Let $<a_n>$ and $<b_n>$ be the arithmetic progression sequences each with common difference 2 such that $a_1<b_1$ and let $c_n=\sum ^n_{k=1} a_k$ and $d_n=\sum ^n _{k=1} b_k$. Suppose the points $A_n (a_n, c_n)$ and $B_n(b_n,d_n)$ are all lying on the parabola, $y=px^2+qx+r$, then find value of $p,q$
Starting off, I am really confused on what the question is trying to say. I typed it out as it is.

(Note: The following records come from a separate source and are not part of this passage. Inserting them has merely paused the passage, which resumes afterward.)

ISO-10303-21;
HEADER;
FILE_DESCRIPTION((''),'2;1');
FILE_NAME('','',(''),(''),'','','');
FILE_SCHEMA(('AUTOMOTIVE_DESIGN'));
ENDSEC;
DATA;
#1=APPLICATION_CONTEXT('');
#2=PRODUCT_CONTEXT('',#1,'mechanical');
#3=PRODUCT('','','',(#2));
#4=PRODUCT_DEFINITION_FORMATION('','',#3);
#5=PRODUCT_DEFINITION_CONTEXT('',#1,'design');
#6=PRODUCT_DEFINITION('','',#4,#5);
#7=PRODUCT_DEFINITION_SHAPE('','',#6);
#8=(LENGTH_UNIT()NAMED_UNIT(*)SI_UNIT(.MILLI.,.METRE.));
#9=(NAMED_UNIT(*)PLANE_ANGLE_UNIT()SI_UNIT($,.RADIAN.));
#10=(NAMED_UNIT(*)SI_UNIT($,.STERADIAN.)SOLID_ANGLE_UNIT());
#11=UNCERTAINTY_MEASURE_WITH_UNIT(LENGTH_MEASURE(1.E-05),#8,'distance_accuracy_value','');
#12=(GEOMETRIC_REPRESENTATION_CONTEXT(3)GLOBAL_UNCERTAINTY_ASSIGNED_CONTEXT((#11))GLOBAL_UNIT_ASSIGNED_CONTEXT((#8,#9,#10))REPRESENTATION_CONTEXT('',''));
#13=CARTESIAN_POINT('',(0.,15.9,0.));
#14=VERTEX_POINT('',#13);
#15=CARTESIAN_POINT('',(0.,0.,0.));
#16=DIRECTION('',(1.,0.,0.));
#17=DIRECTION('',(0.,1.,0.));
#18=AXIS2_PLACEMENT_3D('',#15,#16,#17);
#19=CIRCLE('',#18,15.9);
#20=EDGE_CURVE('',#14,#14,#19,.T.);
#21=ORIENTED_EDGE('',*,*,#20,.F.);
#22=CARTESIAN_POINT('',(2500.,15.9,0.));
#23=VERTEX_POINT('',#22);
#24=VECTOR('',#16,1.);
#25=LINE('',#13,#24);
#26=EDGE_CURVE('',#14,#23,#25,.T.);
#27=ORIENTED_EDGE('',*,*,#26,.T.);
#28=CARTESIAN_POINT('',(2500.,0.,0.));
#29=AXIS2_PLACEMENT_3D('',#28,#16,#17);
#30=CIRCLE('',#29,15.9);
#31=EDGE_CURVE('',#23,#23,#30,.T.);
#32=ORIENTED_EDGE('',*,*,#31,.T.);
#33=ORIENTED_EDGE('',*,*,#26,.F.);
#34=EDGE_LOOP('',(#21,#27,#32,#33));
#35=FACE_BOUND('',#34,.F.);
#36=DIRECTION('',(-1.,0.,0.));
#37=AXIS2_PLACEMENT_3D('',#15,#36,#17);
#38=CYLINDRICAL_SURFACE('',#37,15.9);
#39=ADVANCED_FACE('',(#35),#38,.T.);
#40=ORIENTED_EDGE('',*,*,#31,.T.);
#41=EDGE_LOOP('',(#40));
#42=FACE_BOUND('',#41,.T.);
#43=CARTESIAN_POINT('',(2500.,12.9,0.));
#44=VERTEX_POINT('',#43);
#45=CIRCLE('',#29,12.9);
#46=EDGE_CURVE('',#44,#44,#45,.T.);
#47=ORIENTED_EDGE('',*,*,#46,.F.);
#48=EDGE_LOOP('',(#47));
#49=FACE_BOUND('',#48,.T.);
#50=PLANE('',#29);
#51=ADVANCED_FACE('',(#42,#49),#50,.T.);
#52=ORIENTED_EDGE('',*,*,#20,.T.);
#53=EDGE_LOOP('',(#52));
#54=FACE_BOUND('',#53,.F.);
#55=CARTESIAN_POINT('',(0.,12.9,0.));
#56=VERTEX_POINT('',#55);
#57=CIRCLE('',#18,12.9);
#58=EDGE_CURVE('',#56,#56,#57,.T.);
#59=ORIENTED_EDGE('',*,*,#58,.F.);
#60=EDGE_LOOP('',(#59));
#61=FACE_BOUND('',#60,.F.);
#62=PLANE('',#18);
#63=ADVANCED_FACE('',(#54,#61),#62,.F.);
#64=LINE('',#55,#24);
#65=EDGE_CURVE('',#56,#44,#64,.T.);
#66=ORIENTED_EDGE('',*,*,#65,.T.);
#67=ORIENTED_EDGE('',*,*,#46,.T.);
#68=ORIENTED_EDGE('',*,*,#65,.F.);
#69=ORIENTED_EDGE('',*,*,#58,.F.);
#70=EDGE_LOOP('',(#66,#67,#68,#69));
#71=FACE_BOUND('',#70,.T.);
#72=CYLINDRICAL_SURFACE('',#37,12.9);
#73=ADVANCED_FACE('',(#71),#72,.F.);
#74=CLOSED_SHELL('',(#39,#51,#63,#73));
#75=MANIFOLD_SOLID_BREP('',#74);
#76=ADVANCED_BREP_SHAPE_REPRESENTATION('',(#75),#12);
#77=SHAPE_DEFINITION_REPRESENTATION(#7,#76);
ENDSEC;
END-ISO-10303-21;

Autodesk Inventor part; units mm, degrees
ref_plane "YZ Plane" through (0, 0, 0) normal (1, 0, 0) x (0, 1, 0)
ref_plane "XZ Plane" through (0, 0, 0) normal (0, 1, 0) x (-1, 0, 0)
ref_plane "XY Plane" through (0, 0, 0) normal (0, 0, 1) x (1, 0, 0)
sketch "Sketch1" plane through (0, 0, 0) normal (1, 0, 0) x (0, 1, 0)
  circle A0 centre (0, 0) radius 15.9
  circle A1 centre (0, 0) radius 12.9
  dimension "d0" = 31.8
  dimension "d1" = 3
extrude "Extrusion1" add sketch "Sketch1" along normal blind 2500
properties part number "Carry_Pole" material "Steel, Galvanized"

I can find out $c_n$ and $d_n$ in terms of n and $a_n$
$$c_n=\frac n2 (a_1+a_n)$$
But that doesn’t get me anywhere. I just want some insight.
The points $A_n(a_n,c_n)$ and $B_n(b_n,d_n)$ lie on the parabola. This means that $$c_n=pa_n^2+qa_n+r \\ d_n=pb_n^2+qb_n+r$$ for each $n$. Subtract the two equations to obtain $$d_n-c_n=p(b_n-a_n)(b_n+a_n)+q(b_n-a_n) $$ Note that $$b_n-a_n=(b_{n-1}+2)-(a_{n-1}+2)=b_{n-1}-a_{n-1}=\ldots=b_1-a_1 $$ and $$d_n-c_n=(b_n-a_n)+(b_{n-1}-a_{n-1})+\cdots+(b_1-a_1)=n(b_1-a_1) $$ so we have $$n(b_1-a_1)=p(b_1-a_1)(b_n+a_n)+q(b_1-a_1) \\ \Rightarrow n=p(b_n+a_n)+q $$ where we divided by $b_1-a_1\ne 0$. This holds for each $n$ so you can take $n=1$ and $n=2$ to obtain $$1=p(a_1+b_1)+q \\ 2=p(a_2+b_2)+q $$ Then subtract the two equations (note that $a_2-a_1=2$ and $b_2-b_1=2$), and we have $4p=1\Leftrightarrow p=1/4$. To find $q$, use that $(a_1,a_1)$ and $(a_2,a_1+a_2)$ lie on the parabola: $$a_1=p(a_1)^2+qa_1+r \\ a_1+a_2=p(a_2)^2+qa_2+r $$ Again, subtract the two equations, substitute $a_2=a_1+2$, and then plug in $p=1/4$. You'll arrive at $2q=1\Leftrightarrow q=1/2$.